**TASK REQUIREMENTS**
Would you please return the lines of the entries below starting at the line that has "v 25.069 0 -23.135" and ending at the line that has "v 1.408 12.1 -53.734", both included, exactly as they are?

Stored items
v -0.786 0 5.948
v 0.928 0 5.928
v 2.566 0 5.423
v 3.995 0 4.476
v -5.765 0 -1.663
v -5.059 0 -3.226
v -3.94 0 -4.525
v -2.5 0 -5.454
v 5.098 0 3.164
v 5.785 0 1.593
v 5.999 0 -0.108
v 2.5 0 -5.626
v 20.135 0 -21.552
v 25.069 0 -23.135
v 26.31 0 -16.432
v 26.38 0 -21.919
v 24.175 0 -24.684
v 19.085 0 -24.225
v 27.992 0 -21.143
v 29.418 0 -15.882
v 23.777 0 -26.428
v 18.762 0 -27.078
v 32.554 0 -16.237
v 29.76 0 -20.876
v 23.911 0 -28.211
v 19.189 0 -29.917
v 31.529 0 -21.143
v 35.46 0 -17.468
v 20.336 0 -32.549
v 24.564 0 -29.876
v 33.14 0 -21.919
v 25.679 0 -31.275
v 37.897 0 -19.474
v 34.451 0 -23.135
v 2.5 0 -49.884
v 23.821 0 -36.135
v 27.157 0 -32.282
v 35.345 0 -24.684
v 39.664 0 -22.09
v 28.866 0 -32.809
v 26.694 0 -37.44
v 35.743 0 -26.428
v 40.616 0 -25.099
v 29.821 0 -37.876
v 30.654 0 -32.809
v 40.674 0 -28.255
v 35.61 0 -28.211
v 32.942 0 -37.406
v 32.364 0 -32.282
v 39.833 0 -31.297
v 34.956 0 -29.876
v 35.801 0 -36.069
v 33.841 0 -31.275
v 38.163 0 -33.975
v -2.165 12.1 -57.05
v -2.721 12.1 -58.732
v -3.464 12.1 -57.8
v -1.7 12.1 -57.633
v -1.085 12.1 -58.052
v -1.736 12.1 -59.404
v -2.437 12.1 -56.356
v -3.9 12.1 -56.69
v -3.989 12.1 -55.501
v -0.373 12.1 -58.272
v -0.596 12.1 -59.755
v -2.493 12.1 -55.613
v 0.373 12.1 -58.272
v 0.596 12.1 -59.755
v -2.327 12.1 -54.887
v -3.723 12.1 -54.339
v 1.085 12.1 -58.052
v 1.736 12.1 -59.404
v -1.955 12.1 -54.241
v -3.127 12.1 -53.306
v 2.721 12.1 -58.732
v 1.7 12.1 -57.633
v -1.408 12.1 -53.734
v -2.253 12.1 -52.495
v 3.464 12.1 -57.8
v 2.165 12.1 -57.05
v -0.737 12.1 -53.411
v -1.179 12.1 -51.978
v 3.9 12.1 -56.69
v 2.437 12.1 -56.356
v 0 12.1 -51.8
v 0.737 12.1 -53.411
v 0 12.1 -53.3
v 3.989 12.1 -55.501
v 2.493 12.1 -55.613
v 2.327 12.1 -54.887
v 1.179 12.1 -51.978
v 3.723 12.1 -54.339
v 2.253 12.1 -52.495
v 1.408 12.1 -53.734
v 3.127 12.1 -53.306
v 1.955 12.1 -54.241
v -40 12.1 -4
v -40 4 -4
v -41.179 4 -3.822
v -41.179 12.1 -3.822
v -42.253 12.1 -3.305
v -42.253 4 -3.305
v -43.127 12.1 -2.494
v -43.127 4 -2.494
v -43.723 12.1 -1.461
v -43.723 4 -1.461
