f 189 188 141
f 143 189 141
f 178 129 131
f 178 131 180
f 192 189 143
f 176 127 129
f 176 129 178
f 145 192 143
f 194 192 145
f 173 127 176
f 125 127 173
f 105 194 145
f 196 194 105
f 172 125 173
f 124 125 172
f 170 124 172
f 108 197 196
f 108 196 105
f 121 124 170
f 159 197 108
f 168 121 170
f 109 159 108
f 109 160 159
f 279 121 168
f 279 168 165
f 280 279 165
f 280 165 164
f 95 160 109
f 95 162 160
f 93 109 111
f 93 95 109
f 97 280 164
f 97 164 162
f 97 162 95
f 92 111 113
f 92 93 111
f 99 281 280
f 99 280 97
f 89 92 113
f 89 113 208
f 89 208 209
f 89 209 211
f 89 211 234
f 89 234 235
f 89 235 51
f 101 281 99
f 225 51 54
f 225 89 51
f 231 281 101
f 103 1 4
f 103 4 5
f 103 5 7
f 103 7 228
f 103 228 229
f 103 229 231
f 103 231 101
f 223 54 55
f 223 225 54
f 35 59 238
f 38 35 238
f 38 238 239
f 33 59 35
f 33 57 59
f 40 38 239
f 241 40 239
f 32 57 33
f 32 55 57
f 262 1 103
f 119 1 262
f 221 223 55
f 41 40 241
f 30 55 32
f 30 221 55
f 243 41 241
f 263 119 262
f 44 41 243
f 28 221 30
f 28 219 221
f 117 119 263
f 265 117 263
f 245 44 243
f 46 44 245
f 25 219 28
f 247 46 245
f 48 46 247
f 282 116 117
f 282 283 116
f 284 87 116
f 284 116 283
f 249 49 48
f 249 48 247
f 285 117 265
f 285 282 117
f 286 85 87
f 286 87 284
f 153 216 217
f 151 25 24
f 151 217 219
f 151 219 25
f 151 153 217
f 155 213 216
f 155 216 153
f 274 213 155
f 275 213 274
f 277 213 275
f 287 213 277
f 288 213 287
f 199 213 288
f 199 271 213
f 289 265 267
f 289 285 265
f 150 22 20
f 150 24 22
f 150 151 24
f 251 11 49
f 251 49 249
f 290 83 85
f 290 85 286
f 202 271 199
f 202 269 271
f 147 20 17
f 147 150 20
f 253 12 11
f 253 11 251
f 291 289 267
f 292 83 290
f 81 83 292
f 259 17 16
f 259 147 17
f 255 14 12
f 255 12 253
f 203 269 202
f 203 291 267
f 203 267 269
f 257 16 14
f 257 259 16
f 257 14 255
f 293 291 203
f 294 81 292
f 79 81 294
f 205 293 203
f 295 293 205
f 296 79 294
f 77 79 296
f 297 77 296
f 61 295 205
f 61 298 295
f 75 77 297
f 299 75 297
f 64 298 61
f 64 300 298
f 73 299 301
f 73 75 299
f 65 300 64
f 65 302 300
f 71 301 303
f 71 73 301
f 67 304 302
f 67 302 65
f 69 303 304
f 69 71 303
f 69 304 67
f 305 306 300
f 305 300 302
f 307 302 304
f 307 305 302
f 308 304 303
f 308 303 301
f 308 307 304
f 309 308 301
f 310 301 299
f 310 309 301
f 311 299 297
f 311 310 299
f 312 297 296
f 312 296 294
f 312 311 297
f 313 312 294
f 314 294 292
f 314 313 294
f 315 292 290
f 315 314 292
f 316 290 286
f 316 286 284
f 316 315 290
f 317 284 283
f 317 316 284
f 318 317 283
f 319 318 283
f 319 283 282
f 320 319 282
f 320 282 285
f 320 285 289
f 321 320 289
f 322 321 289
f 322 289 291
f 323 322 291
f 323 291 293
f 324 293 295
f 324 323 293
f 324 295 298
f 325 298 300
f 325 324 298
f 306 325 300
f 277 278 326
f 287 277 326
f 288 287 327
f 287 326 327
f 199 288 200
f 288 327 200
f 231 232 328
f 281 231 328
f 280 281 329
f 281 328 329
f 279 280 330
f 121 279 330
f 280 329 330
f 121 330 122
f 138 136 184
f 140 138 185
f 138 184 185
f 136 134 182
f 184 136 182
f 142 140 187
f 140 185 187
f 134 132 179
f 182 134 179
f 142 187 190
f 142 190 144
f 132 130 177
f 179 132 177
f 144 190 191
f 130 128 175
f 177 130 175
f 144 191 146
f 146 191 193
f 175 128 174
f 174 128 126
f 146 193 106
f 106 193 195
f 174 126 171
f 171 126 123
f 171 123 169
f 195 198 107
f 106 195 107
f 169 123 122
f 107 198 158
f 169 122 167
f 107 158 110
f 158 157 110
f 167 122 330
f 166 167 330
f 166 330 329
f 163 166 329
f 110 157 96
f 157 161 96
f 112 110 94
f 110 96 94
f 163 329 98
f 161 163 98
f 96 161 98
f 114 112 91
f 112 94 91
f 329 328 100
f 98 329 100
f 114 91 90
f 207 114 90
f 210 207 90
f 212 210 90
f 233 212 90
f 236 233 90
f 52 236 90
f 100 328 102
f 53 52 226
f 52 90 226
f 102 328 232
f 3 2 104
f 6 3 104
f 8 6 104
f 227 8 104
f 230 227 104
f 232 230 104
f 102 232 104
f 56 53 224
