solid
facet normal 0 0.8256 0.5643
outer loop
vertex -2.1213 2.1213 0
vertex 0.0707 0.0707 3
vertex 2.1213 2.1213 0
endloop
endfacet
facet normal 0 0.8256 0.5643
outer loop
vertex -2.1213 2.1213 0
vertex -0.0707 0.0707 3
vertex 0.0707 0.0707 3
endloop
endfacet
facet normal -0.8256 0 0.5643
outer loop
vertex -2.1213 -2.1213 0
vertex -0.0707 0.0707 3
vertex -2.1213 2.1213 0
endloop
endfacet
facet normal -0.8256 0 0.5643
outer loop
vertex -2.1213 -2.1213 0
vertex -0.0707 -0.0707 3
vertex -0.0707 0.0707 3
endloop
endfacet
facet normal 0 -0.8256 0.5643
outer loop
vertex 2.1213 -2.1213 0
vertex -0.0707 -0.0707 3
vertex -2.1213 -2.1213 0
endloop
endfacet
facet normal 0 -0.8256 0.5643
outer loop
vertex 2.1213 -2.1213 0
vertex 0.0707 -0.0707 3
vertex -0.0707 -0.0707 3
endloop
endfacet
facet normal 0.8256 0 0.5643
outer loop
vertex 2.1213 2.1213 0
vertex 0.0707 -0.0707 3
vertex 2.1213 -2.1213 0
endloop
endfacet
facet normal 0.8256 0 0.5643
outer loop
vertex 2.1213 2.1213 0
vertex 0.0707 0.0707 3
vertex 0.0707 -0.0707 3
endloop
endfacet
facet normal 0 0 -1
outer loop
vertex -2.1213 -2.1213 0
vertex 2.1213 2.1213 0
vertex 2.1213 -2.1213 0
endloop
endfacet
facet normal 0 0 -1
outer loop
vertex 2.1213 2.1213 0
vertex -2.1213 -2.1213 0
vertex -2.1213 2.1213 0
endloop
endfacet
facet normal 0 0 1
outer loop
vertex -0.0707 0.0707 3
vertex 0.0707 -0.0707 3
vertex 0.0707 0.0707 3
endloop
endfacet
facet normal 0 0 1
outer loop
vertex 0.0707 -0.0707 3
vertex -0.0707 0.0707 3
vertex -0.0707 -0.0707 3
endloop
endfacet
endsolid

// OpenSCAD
// fractal1.scad
use <Lsystem.scad>


//========================

rotate([0,0,45])
cylinder(r1=3,r2=0.1,h=3,$fn=4);

//===========================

**ANSWER SECTION**
v 25.069 0 -23.135
v 26.31 0 -16.432
v 26.38 0 -21.919
v 24.175 0 -24.684
v 19.085 0 -24.225
v 27.992 0 -21.143
v 29.418 0 -15.882
v 23.777 0 -26.428
v 18.762 0 -27.078
v 32.554 0 -16.237
v 29.76 0 -20.876
v 23.911 0 -28.211
v 19.189 0 -29.917
v 31.529 0 -21.143
v 35.46 0 -17.468
v 20.336 0 -32.549
v 24.564 0 -29.876
v 33.14 0 -21.919
v 25.679 0 -31.275
v 37.897 0 -19.474
v 34.451 0 -23.135
v 2.5 0 -49.884
v 23.821 0 -36.135
v 27.157 0 -32.282
v 35.345 0 -24.684
v 39.664 0 -22.09
v 28.866 0 -32.809
v 26.694 0 -37.44
v 35.743 0 -26.428
v 40.616 0 -25.099
v 29.821 0 -37.876
v 30.654 0 -32.809
v 40.674 0 -28.255
v 35.61 0 -28.211
v 32.942 0 -37.406
v 32.364 0 -32.282
v 39.833 0 -31.297
v 34.956 0 -29.876
v 35.801 0 -36.069
v 33.841 0 -31.275
v 38.163 0 -33.975
v -2.165 12.1 -57.05
v -2.721 12.1 -58.732
v -3.464 12.1 -57.8
v -1.7 12.1 -57.633
v -1.085 12.1 -58.052
v -1.736 12.1 -59.404
v -2.437 12.1 -56.356
v -3.9 12.1 -56.69
v -3.989 12.1 -55.501
v -0.373 12.1 -58.272
v -0.596 12.1 -59.755
v -2.493 12.1 -55.613
v 0.373 12.1 -58.272
v 0.596 12.1 -59.755
v -2.327 12.1 -54.887
v -3.723 12.1 -54.339
v 1.085 12.1 -58.052
v 1.736 12.1 -59.404
v -1.955 12.1 -54.241
v -3.127 12.1 -53.306
v 2.721 12.1 -58.732
v 1.7 12.1 -57.633
v -1.408 12.1 -53.734
v -2.253 12.1 -52.495
v 3.464 12.1 -57.8
v 2.165 12.1 -57.05
v -0.737 12.1 -53.411
v -1.179 12.1 -51.978
v 3.9 12.1 -56.69
v 2.437 12.1 -56.356
v 0 12.1 -51.8
v 0.737 12.1 -53.411
v 0 12.1 -53.3
v 3.989 12.1 -55.501
v 2.493 12.1 -55.613
v 2.327 12.1 -54.887
v 1.179 12.1 -51.978
v 3.723 12.1 -54.339
v 2.253 12.1 -52.495
v 1.408 12.1 -53.734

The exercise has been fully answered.